Make it larger than life

Roger Frost

Roger Frost casts his eye over a selection of microscopes for classroom use.

A microscope is one of the great constants of science equipment. Given that no microchip will replace all that precision ironmongery, it is a rare blessing of today that you can buy something which, pupils permitting, will last for years.

But whether you are buying one or two for a primary school, or a set for everyone in an advanced biology class the choice is baffling. Microscopes range from Pounds 50 to Pounds 5,000, their features overlap and there is an array of options.

So with the help of Phil Punyer, chief technician at City and East London College, we set up numerous systems, to look for the features that help make a short list. For example, you'd want a wide field of vision so that the circular "field" almost fills the eye-piece instead of giving you tunnel vision.
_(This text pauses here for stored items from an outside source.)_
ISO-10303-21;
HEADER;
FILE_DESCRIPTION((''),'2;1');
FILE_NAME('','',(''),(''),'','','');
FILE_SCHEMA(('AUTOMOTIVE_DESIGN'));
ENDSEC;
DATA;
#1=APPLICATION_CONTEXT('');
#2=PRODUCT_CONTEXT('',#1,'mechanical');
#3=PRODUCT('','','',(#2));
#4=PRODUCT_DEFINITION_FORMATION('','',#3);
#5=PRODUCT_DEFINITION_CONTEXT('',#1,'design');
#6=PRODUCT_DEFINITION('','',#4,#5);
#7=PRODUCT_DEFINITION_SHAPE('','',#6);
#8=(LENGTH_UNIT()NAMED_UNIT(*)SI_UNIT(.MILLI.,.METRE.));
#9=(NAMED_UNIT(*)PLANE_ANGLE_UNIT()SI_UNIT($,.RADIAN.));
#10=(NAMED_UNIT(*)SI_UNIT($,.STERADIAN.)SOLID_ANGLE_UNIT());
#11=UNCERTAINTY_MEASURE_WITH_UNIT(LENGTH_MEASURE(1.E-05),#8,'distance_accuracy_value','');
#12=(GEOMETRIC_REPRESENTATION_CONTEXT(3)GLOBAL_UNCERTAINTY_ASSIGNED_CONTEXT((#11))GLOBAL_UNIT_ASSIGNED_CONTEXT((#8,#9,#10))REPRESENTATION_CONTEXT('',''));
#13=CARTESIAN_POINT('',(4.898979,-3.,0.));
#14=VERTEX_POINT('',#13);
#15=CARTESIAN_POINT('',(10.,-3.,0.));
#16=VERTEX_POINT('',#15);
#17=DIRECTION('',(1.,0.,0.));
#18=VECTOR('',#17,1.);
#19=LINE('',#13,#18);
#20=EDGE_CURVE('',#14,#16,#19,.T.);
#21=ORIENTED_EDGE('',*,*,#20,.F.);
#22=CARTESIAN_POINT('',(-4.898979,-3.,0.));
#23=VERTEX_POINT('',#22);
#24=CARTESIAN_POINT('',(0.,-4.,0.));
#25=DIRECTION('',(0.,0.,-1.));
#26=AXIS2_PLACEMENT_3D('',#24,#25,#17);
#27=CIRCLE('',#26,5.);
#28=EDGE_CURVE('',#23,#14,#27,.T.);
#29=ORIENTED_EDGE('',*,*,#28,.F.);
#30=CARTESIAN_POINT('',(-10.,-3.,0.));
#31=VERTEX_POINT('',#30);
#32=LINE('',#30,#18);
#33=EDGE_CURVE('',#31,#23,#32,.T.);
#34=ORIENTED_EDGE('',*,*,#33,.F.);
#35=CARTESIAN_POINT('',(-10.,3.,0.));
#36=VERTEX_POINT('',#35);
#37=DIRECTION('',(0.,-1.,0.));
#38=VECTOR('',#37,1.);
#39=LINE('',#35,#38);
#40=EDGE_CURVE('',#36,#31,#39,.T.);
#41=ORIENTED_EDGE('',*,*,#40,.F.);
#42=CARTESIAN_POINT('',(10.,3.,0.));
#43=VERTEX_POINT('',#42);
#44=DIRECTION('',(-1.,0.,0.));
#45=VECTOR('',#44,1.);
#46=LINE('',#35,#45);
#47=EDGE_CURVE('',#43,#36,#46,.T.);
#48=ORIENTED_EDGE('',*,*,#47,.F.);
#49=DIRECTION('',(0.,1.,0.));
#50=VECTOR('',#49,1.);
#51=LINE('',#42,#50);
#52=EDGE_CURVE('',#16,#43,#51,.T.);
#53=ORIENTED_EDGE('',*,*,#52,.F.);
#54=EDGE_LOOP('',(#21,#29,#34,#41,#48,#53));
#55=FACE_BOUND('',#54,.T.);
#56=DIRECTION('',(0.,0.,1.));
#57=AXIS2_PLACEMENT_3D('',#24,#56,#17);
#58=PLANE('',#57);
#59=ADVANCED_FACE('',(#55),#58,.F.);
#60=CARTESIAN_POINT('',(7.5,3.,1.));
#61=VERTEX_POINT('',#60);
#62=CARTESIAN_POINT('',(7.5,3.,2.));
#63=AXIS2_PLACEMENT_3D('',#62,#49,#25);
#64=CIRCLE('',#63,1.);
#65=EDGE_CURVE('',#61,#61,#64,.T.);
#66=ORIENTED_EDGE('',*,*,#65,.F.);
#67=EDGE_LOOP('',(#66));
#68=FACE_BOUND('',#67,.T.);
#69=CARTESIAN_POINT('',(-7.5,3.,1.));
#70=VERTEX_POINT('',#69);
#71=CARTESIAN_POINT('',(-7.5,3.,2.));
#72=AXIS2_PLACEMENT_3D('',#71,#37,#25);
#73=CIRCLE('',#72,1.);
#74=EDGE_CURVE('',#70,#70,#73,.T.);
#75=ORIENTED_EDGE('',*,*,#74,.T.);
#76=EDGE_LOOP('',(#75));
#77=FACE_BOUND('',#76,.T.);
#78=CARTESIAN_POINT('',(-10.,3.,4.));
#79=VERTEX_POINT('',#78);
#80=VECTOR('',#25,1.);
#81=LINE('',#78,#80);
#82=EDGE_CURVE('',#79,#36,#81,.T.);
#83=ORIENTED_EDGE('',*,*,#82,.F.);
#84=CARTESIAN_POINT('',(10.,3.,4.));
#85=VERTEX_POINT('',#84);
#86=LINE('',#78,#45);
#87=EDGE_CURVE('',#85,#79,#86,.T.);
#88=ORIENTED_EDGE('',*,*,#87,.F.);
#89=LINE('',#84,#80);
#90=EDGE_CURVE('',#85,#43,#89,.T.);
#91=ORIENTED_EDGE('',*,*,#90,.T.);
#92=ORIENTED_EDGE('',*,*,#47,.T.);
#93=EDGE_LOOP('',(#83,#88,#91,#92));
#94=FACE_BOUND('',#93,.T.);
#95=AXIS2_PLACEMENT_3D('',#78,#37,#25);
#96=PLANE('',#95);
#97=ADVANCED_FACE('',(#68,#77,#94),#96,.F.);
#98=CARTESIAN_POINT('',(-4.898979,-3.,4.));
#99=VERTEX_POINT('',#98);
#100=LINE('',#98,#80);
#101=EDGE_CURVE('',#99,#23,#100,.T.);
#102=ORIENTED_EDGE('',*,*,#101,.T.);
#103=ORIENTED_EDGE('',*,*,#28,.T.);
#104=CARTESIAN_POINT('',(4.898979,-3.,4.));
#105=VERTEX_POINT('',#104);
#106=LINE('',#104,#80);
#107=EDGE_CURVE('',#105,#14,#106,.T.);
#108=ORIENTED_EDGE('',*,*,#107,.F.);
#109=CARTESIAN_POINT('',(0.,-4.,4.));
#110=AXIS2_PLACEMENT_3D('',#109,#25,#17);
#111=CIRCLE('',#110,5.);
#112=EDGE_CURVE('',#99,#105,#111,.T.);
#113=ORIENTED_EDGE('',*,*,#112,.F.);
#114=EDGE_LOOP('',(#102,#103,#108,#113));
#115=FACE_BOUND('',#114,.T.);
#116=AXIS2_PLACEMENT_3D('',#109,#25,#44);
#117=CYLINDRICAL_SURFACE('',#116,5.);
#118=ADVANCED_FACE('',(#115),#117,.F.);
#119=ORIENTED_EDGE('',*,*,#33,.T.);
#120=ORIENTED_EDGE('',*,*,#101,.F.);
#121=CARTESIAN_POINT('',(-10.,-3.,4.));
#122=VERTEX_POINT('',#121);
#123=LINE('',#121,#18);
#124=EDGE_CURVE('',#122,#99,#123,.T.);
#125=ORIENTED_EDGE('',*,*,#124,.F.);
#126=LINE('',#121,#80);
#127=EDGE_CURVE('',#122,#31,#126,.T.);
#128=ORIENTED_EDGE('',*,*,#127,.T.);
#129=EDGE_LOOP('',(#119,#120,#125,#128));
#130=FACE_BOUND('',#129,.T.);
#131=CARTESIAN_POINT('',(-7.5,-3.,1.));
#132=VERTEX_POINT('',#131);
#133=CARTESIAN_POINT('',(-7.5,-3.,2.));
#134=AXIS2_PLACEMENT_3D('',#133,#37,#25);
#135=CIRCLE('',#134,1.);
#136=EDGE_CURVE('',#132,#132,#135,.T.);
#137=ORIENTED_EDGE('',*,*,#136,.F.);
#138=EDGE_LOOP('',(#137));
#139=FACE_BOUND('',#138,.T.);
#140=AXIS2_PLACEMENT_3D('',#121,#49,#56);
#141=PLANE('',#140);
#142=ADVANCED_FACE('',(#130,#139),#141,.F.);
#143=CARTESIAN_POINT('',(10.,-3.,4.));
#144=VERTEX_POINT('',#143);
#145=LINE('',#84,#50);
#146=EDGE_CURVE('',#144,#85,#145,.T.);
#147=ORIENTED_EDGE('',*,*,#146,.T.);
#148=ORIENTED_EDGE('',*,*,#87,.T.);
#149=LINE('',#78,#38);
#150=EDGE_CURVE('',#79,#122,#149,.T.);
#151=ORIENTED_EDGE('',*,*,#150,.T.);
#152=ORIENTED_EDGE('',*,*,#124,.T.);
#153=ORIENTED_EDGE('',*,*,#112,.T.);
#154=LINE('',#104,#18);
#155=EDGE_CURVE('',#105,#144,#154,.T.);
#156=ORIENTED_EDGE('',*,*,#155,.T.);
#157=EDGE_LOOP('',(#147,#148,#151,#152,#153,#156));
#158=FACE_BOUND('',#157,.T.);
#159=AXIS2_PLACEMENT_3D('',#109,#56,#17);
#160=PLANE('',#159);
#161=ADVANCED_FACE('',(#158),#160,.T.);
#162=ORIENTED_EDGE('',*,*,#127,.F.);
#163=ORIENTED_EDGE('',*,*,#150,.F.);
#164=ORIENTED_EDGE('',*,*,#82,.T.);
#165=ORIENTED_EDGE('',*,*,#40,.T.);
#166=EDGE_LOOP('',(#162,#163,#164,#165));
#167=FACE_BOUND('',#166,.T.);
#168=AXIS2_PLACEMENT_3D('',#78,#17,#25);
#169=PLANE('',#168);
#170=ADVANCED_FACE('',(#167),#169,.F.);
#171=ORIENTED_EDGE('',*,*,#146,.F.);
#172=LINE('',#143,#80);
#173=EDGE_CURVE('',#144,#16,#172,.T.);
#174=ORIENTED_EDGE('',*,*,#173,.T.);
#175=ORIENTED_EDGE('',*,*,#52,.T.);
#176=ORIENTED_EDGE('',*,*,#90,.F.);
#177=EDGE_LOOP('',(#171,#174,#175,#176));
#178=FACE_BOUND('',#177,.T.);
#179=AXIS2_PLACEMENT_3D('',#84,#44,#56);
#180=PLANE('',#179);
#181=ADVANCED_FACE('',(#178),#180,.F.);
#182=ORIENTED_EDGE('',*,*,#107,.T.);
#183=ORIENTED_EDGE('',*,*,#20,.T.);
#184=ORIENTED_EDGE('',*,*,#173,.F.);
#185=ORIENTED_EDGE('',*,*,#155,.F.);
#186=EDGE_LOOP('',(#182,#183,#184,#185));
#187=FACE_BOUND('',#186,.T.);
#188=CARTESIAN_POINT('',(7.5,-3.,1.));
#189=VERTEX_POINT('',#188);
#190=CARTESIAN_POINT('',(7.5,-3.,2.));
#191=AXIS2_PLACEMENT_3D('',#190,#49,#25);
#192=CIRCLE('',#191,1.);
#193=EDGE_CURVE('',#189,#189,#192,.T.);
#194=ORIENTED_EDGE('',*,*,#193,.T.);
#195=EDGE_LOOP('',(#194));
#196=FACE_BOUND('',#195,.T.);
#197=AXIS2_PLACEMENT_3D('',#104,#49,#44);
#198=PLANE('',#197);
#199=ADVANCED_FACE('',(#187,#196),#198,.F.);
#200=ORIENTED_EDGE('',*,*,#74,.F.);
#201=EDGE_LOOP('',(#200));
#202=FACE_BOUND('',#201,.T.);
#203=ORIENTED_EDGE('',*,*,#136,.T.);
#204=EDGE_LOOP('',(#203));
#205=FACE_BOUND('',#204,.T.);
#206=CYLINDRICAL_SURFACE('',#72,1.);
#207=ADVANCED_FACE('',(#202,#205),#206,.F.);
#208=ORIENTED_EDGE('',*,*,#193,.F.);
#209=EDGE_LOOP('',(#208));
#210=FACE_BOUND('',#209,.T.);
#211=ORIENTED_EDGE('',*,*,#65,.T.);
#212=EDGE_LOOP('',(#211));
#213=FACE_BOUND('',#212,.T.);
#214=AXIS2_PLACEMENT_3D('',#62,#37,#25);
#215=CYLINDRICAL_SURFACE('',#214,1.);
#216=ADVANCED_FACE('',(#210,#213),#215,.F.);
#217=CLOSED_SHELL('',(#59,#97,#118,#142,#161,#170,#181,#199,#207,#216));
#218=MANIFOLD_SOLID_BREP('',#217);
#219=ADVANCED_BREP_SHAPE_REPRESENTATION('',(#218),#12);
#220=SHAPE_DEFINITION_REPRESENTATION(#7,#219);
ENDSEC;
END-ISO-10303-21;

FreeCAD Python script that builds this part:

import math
import FreeCAD as App
import Part
import Sketcher
from FreeCAD import Vector
Q = App.Units.Quantity

doc = App.newDocument("Part")
body = doc.addObject("PartDesign::Body", "Body")

# Sketch on XY plane
sketch1 = body.newObject("Sketcher::SketchObject", "Sketch")
sketch1.AttachmentSupport = (doc.getObject("XY_Plane"), [""])
sketch1.MapMode = "FlatFace"
sketch1.addGeometry([
    Part.LineSegment(Vector(5, -3, 0), Vector(10, -3, 0)),  # 0
    Part.LineSegment(Vector(10, -3, 0), Vector(10, 3, 0)),  # 1
    Part.LineSegment(Vector(10, 3, 0), Vector(-10, 3, 0)),  # 2
    Part.LineSegment(Vector(-10, 3, 0), Vector(-10, -3, 0)),  # 3
    Part.LineSegment(Vector(-10, -3, 0), Vector(-5, -3, 0)),  # 4
    Part.ArcOfCircle(Part.Circle(Vector(0, -4, 0), Vector(0, 0, 1), 5), math.radians(12), math.radians(168)),  # 5
], False)
sketch1.addConstraint([
    Sketcher.Constraint("Coincident", 0, 2, 1, 1),
    Sketcher.Constraint("Coincident", 1, 2, 2, 1),
    Sketcher.Constraint("Coincident", 2, 2, 3, 1),
    Sketcher.Constraint("Coincident", 3, 2, 4, 1),
    Sketcher.Constraint("Coincident", 4, 2, 5, 2),
    Sketcher.Constraint("Coincident", 5, 1, 0, 1),
    Sketcher.Constraint("Horizontal", 0),
    Sketcher.Constraint("Vertical", 1),
    Sketcher.Constraint("Horizontal", 2),
    Sketcher.Constraint("Vertical", 3),
    Sketcher.Constraint("Horizontal", 4),
    Sketcher.Constraint("Symmetric", 0, 2, 2, 2, -1, 1),
    Sketcher.Constraint("Symmetric", 4, 2, 5, 1, -2),
    Sketcher.Constraint("Radius", 5, Q("5 mm")),
    Sketcher.Constraint("DistanceX", 2, 2, 2, 1, Q("20 mm")),
    Sketcher.Constraint("DistanceY", 1, 1, 1, 2, Q("6 mm")),
    Sketcher.Constraint("DistanceY", 5, 3, -1, 1, Q("4 mm")),
])
pad1 = body.newObject("PartDesign::Pad", "Pad")
pad1.Profile = sketch1
pad1.Length = 4

# Sketch on XZ plane
sketch2 = body.newObject("Sketcher::SketchObject", "Sketch001")
sketch2.AttachmentSupport = (doc.getObject("XZ_Plane"), [""])
sketch2.MapMode = "FlatFace"
sketch2.AttachmentOffset = App.Placement(Vector(0, 0, 3), App.Rotation())
sketch2.addGeometry(Part.Circle(Vector(-7.5, 2, 0), Vector(0, 0, 1), 1), False)
sketch2.addConstraint([
    Sketcher.Constraint("Diameter", 0, Q("2 mm")),
    Sketcher.Constraint("DistanceY", -1, 1, 0, 3, Q("2 mm")),
    Sketcher.Constraint("DistanceX", 0, 3, -1, 1, Q("7.5 mm")),
])
pocket1 = body.newObject("PartDesign::Pocket", "Pocket")
pocket1.Profile = sketch2
pocket1.Type = "ThroughAll"
doc.recompute()

mirrored = body.newObject("PartDesign::Mirrored", "Mirrored")
mirrored.Originals = [pocket1]
mirrored.MirrorPlane = (doc.getObject("YZ_Plane"), [""])
body.Tip = mirrored

doc.recompute()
You would want the image to be not just sharp, but sharp from its centre to the edge. And then, other things being equal, you would want a "nice" image which, like choosing a television, is subjective. These then are some features you really can't assess without seeing the product.

Junior schools will not be so fussed the need is to keep the price in perspective with how much you use it. To see the finer things in life, you either spend lots or use a Bioviewer (Pounds 8.45 with slide sets extra NES Arnold), a simple slide viewer that "cons" the children into thinking they're looking down a microscope. It's almost a toy but it is "appropriate technology" used by thousands of schools and colleges.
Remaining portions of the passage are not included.